In the early Ottoman era, the building's administration was in the Ibn Jama‘a family.

It is now in disrepair and intensive restorations would be needed.

== Description ==

It consists of two levels. The higher level is beside the Ḥaram compound and includes two iwans, a tomb chamber, and an assembly hall.
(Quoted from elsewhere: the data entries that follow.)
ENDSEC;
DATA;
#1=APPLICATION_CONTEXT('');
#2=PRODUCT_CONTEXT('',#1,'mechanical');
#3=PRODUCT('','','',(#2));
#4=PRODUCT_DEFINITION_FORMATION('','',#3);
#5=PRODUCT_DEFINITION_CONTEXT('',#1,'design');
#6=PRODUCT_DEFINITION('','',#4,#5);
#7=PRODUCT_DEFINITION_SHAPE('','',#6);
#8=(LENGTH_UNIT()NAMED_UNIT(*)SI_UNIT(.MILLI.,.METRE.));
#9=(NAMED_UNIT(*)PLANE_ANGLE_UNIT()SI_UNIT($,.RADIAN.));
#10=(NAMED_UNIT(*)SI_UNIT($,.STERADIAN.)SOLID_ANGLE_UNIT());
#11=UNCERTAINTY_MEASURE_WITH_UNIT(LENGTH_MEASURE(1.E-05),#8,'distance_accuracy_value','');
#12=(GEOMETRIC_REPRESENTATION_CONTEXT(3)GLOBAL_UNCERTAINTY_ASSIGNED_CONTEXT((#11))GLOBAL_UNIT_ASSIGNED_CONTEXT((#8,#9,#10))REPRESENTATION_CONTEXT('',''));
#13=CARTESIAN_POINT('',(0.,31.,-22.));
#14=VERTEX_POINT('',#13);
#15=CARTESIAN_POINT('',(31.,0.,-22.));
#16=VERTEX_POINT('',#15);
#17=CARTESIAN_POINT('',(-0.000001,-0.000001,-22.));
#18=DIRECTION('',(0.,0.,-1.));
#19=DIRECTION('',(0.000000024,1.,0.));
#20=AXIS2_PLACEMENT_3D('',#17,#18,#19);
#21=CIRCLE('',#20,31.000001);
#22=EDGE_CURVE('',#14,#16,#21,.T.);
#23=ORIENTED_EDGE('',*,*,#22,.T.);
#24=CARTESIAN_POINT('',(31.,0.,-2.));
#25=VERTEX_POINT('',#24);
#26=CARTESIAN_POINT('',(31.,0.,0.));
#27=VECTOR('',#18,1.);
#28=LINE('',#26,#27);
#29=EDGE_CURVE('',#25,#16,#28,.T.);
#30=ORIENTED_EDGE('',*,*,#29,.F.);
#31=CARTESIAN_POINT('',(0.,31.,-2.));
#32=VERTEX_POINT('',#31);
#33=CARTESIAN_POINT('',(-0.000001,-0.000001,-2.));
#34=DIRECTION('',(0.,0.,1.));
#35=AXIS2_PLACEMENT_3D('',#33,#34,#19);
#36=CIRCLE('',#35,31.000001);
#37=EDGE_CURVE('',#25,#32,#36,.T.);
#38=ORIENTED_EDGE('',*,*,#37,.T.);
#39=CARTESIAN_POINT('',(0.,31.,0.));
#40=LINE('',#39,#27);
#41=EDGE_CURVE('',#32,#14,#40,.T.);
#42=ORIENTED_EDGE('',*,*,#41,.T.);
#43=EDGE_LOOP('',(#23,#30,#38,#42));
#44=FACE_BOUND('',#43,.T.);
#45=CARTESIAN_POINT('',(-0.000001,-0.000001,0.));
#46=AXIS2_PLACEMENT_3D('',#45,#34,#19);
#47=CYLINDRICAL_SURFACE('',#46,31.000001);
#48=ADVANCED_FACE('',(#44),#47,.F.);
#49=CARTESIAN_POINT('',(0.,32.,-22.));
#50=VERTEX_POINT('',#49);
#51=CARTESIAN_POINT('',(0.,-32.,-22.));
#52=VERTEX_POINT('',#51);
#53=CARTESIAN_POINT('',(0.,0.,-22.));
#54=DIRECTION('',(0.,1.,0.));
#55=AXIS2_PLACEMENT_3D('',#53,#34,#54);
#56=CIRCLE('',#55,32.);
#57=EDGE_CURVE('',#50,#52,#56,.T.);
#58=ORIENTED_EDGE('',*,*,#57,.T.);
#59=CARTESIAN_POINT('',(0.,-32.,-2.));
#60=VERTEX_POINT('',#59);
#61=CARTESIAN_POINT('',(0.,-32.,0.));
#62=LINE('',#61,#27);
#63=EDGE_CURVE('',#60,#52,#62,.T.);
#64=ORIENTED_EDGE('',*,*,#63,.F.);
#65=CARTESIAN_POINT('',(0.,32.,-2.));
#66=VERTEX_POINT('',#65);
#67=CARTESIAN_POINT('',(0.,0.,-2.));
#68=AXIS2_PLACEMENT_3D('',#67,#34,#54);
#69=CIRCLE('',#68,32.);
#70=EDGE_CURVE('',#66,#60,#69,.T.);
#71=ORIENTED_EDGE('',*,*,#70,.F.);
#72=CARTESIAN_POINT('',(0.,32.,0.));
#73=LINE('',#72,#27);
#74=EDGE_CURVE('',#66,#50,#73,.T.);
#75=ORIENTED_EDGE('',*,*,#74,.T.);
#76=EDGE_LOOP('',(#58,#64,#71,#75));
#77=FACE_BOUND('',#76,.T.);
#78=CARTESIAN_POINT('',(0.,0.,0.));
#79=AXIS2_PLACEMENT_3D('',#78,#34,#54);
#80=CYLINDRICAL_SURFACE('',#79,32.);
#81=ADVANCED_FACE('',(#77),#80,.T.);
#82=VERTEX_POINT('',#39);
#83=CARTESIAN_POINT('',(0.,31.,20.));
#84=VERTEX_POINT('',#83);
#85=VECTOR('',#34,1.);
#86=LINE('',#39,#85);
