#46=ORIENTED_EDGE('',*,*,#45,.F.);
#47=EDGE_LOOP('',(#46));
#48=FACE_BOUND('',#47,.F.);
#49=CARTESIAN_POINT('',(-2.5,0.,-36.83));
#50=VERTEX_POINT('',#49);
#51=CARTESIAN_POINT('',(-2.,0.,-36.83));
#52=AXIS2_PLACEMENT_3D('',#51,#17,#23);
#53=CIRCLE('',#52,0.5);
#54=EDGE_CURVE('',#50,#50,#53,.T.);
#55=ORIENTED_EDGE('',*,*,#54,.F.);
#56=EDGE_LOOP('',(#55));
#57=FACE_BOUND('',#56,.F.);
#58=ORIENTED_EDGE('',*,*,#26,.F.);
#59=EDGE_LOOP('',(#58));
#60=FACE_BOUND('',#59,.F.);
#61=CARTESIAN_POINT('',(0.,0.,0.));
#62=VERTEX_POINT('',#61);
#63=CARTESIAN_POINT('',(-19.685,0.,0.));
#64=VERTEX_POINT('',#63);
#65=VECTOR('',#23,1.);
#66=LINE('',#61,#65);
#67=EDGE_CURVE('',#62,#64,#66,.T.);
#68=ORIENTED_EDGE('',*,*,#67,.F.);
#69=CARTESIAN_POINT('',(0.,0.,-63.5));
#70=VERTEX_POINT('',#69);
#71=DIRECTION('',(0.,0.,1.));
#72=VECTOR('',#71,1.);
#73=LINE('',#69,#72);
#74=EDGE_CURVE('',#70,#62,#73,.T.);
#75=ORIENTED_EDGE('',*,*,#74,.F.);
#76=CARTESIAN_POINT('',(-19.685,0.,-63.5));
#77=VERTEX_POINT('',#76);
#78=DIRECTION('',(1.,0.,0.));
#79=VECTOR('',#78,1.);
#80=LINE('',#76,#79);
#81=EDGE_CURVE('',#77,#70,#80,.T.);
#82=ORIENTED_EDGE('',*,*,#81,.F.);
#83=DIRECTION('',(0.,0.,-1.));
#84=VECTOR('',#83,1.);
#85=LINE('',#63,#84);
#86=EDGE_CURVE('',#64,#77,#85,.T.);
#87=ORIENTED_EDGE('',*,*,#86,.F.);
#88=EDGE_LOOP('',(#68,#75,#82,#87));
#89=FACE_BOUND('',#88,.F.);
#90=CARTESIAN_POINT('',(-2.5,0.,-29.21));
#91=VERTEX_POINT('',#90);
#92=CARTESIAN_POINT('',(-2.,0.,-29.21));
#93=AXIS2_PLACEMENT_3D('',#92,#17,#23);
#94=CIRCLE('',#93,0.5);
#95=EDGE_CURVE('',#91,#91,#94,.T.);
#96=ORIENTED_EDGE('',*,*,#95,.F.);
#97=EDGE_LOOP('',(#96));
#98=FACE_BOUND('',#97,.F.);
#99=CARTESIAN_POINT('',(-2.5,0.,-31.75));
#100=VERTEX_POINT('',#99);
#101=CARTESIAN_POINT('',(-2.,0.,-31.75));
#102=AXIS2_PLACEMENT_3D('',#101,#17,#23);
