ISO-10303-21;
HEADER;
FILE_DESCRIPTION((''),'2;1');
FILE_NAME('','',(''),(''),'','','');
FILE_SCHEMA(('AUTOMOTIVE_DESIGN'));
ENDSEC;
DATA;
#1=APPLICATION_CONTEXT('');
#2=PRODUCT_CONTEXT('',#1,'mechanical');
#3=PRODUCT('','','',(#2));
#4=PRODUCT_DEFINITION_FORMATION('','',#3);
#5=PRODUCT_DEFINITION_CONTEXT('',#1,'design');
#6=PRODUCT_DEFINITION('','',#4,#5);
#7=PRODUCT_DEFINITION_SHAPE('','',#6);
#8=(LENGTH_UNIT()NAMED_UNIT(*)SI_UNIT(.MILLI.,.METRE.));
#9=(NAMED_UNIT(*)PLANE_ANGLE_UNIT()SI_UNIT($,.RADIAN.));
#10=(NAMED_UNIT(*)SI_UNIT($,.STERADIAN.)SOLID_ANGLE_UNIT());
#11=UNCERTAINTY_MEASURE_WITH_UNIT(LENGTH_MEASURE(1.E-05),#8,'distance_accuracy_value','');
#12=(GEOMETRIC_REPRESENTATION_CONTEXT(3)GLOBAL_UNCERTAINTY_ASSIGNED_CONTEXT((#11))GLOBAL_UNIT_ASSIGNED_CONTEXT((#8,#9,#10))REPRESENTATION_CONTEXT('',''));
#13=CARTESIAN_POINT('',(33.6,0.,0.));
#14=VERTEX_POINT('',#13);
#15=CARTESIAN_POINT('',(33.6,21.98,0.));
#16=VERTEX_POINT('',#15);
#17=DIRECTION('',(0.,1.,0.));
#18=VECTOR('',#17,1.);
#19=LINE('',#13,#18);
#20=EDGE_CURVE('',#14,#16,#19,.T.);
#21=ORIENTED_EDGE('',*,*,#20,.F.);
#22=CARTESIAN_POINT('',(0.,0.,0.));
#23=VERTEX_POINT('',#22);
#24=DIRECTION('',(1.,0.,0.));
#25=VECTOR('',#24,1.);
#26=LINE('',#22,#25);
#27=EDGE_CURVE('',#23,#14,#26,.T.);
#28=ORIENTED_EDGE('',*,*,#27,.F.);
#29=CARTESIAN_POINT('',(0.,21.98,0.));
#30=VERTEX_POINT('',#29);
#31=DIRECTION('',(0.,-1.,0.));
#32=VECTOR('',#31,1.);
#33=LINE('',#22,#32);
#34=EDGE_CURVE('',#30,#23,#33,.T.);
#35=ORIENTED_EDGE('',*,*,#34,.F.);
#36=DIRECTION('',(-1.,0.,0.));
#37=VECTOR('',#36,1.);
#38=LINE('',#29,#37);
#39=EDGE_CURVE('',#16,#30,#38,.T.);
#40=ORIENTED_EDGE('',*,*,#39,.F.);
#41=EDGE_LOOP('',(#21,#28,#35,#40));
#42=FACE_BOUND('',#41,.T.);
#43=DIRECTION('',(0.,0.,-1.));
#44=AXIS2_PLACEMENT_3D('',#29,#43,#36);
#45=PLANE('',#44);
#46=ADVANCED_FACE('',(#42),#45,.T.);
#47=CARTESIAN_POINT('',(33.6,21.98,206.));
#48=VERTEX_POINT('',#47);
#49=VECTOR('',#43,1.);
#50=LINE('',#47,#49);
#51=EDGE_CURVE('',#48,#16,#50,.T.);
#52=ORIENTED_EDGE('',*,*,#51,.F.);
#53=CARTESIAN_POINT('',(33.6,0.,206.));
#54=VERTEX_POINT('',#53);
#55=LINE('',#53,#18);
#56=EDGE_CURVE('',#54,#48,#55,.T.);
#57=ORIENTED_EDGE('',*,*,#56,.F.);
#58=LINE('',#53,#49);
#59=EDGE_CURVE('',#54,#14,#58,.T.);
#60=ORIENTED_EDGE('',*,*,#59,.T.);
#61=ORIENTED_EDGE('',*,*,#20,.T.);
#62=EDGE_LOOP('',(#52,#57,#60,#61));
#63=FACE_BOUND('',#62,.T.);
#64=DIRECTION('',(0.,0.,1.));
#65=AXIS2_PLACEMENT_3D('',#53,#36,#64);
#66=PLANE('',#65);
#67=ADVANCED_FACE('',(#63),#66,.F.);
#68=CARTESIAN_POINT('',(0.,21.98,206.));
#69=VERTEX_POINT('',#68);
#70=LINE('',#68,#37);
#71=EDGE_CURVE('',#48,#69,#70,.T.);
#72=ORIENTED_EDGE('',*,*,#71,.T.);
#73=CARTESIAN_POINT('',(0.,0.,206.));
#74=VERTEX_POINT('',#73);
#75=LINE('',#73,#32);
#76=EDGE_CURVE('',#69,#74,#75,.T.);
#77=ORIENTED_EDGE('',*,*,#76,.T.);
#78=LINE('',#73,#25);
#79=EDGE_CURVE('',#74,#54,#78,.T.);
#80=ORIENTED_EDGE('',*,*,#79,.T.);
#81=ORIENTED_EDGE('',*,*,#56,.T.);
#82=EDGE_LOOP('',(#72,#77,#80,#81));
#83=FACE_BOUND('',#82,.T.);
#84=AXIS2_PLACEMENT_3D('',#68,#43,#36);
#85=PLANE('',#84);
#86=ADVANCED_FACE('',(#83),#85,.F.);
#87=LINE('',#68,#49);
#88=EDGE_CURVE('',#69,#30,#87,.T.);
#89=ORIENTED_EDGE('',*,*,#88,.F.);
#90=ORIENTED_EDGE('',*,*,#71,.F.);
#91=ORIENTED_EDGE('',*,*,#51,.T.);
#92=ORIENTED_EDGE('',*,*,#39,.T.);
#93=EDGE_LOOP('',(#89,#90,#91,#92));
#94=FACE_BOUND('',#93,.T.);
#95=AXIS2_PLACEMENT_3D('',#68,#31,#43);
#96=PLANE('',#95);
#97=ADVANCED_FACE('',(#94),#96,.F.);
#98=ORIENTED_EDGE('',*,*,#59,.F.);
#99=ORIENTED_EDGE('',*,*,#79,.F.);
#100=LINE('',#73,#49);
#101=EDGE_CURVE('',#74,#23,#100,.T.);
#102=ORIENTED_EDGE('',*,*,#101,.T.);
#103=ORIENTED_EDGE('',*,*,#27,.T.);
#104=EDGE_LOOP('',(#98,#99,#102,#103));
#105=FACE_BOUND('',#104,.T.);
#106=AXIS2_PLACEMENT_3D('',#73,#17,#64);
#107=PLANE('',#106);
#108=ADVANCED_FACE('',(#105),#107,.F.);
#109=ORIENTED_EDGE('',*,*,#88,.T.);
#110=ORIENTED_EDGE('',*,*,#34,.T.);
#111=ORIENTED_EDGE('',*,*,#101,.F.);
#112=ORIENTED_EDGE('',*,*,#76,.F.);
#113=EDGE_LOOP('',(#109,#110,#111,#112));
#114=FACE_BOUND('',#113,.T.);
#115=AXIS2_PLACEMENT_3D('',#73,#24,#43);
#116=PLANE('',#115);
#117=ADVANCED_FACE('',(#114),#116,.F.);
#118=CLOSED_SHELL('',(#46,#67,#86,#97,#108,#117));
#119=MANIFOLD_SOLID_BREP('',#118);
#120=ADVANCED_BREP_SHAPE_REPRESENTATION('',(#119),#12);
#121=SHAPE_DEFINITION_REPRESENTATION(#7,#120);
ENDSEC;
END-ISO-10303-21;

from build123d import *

# Parameters (mm, degrees)
ESQUISSE1_W        = 33.6
ESQUISSE1_H        = 21.98
BOSS_EXTRU_1_DEPTH = 206


with BuildPart() as part:
    # Esquisse1 → Boss.-Extru.1 (new body)
    with BuildSketch(Plane.XY):
        with Locations((16.8, 10.99)):
            Rectangle(ESQUISSE1_W, ESQUISSE1_H)
    extrude(amount=BOSS_EXTRU_1_DEPTH)


solid = part.part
The lower level is below the level of the Ḥaram and includes habitation cells around a courtyard.
The courtyard has a wellhead, giving access to a cistern below.

In addition to the tomb of Oghul Khatun, it includes the tombs of several prominent people:
- Mohammad Ali Jauhar (Muhammad Ali al-Hindi), a founder of the All-India Muslim League.
- some members of the Husayni (Husseini) family:
  - Musa al-Husayni, a leader in the Palestine Arab Congress.
  - Abd al-Qader al-Husseini, an uprising commander.
  - Faisal Husseini, a statesman.
  - Ahmed Hilmi Pasha, soldier, economist, and politician
- Abdul Hameed Shoman, the founder of the Arab Bank.

== Environs ==

To its east, it joins the Ḥaram compound's west wall's riwāq (arcade), which includes the Cotton Merchants' Gate to the south.

It is immediately north of the Cotton Merchants' Market.
Farther south is ʿUthmāniyya Madrasa.

To its north are the Muzhiriyya & Arghūniyya Madrasas.
Its current entrance is a small passageway between those two madrasas, leading north to Iron Gate Road.